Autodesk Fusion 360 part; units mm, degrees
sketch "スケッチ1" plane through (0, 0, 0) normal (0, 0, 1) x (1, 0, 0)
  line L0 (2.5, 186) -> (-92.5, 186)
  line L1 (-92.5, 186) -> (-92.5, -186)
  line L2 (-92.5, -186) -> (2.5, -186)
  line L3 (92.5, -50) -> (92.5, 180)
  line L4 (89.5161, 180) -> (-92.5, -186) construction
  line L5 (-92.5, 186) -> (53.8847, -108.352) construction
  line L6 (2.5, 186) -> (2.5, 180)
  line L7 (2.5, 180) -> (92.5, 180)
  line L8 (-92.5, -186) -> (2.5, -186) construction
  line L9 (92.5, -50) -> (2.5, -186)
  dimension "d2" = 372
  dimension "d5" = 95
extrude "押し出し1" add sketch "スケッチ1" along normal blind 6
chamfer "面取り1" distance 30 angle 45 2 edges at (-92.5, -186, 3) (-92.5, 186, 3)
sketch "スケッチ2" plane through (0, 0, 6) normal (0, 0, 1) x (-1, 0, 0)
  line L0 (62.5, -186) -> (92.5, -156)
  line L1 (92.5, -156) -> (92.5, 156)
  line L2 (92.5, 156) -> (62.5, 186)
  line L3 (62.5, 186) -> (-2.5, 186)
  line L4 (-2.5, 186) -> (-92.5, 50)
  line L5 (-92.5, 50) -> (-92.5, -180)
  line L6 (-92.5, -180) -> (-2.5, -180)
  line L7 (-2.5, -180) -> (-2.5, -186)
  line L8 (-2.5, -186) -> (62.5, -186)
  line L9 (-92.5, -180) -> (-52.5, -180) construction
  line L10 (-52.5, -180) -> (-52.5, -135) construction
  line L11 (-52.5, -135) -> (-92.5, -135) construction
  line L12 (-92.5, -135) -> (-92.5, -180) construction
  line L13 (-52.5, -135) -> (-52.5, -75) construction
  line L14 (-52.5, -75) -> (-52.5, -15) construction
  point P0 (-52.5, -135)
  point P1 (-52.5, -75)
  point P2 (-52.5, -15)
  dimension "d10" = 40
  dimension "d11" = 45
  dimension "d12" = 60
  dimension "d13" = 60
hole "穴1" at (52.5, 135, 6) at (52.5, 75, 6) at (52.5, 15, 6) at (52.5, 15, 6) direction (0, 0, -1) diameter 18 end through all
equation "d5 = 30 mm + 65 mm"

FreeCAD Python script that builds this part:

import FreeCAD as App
import Part
import Sketcher


def edges_at(feature, points):
    """Names of the edges that pass closest to the given points."""
    edges = feature.Shape.Edges
    near = lambda p: min(range(len(edges)), key=lambda i: edges[i].distToShape(Part.Vertex(*p))[0])
    return sorted({f"Edge{near(p) + 1}" for p in points})


def add_polygon(sketch, points):
    """Adds a closed chain of lines whose ends are joined by coincident constraints."""
    first, n = sketch.GeometryCount, len(points)
    for a, b in zip(points, points[1:] + points[:1]):
        sketch.addGeometry(Part.LineSegment(App.Vector(*a, 0), App.Vector(*b, 0)), False)
    for i in range(n):
        sketch.addConstraint(Sketcher.Constraint("Coincident", first + i, 2, first + (i + 1) % n, 1))

doc = App.newDocument("Part")
body = doc.addObject("PartDesign::Body", "Body")

# Sketch on XY plane
sketch1 = doc.addObject("Sketcher::SketchObject", "Sketch")
body.addObject(sketch1)
sketch1.AttachmentSupport = (doc.XY_Plane, [""])
sketch1.MapMode = "FlatFace"
add_polygon(sketch1, [(2, 180), (2, 186), (-92, 186), (-92, -186), (2, -186), (92, -50), (92, 180)])  # lines 0-6
sketch1.addConstraint([
    Sketcher.Constraint("Vertical", 0),
    Sketcher.Constraint("Horizontal", 1),
    Sketcher.Constraint("Vertical", 2),
    Sketcher.Constraint("Horizontal", 3),
    Sketcher.Constraint("Vertical", 5),
    Sketcher.Constraint("Horizontal", 6),
    Sketcher.Constraint("Symmetric", 0, 2, 3, 2, -1),
    Sketcher.Constraint("DistanceX", 1, 2, 1, 1, 95.0),
    Sketcher.Constraint("DistanceY", 2, 2, 2, 1, 372.0),
    Sketcher.Constraint("DistanceX", 6, 2, 6, 1, 90.0),
    Sketcher.Constraint("DistanceY", 0, 1, 0, 2, 6.0),
    Sketcher.Constraint("DistanceY", 5, 1, 5, 2, 230.0),
    Sketcher.Constraint("DistanceX", -1, 1, 0, 2, 2.5),
])
pad1 = doc.addObject("PartDesign::Pad", "Pad")
body.addObject(pad1)
pad1.Profile = sketch1
pad1.Length = 6
doc.recompute()

chamfer = doc.addObject("PartDesign::Chamfer", "Chamfer")
body.addObject(chamfer)
chamfer.Base = (pad1, edges_at(pad1, [(-92.5, -186, 3), (-92.5, 186, 3)]))
chamfer.Size = 30

# Sketch on XY plane
sketch2 = doc.addObject("Sketcher::SketchObject", "Sketch001")
body.addObject(sketch2)
sketch2.AttachmentSupport = (doc.XY_Plane, [""])
sketch2.MapMode = "FlatFace"
sketch2.AttachmentOffset = App.Placement(App.Vector(0, 0, 6), App.Rotation())
sketch2.addGeometry([
    Part.Circle(App.Vector(52, 135, 0), App.Vector(0, 0, 1), 9),
    Part.Circle(App.Vector(52, 75, 0), App.Vector(0, 0, 1), 9),
    Part.Circle(App.Vector(52, 15, 0), App.Vector(0, 0, 1), 9),
    Part.Circle(App.Vector(52, 15, 0), App.Vector(0, 0, 1), 9),
], False)
sketch2.addConstraint([
    Sketcher.Constraint("Coincident", 3, 3, 2, 3),
    Sketcher.Constraint("Equal", 0, 1),
    Sketcher.Constraint("Equal", 1, 2),
    Sketcher.Constraint("Equal", 2, 3),
    Sketcher.Constraint("Vertical", 0, 3, 1, 3),
    Sketcher.Constraint("Vertical", 1, 3, 2, 3),
    Sketcher.Constraint("Diameter", 0, 18.0),
    Sketcher.Constraint("DistanceY", -1, 1, 0, 3, 135.0),
    Sketcher.Constraint("DistanceY", -1, 1, 1, 3, 75.0),
    Sketcher.Constraint("DistanceY", -1, 1, 2, 3, 15.0),
    Sketcher.Constraint("DistanceX", -1, 1, 0, 3, 52.5),
])
doc.recompute()
hole = doc.addObject("PartDesign::Hole", "Hole")
body.addObject(hole)
hole.Profile = sketch2
hole.ThreadType = "None"
hole.Diameter = 18
hole.DepthType = "ThroughAll"

doc.recompute()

▸ Required work: Every line in the data that holds the string "construction" should be returned.

▸ Task output:
  line L4 (89.5161, 180) -> (-92.5, -186) construction
  line L5 (-92.5, 186) -> (53.8847, -108.352) construction
  line L8 (-92.5, -186) -> (2.5, -186) construction
  line L9 (-92.5, -180) -> (-52.5, -180) construction
  line L10 (-52.5, -180) -> (-52.5, -135) construction
  line L11 (-52.5, -135) -> (-92.5, -135) construction
  line L12 (-92.5, -135) -> (-92.5, -180) construction
  line L13 (-52.5, -135) -> (-52.5, -75) construction
  line L14 (-52.5, -75) -> (-52.5, -15) construction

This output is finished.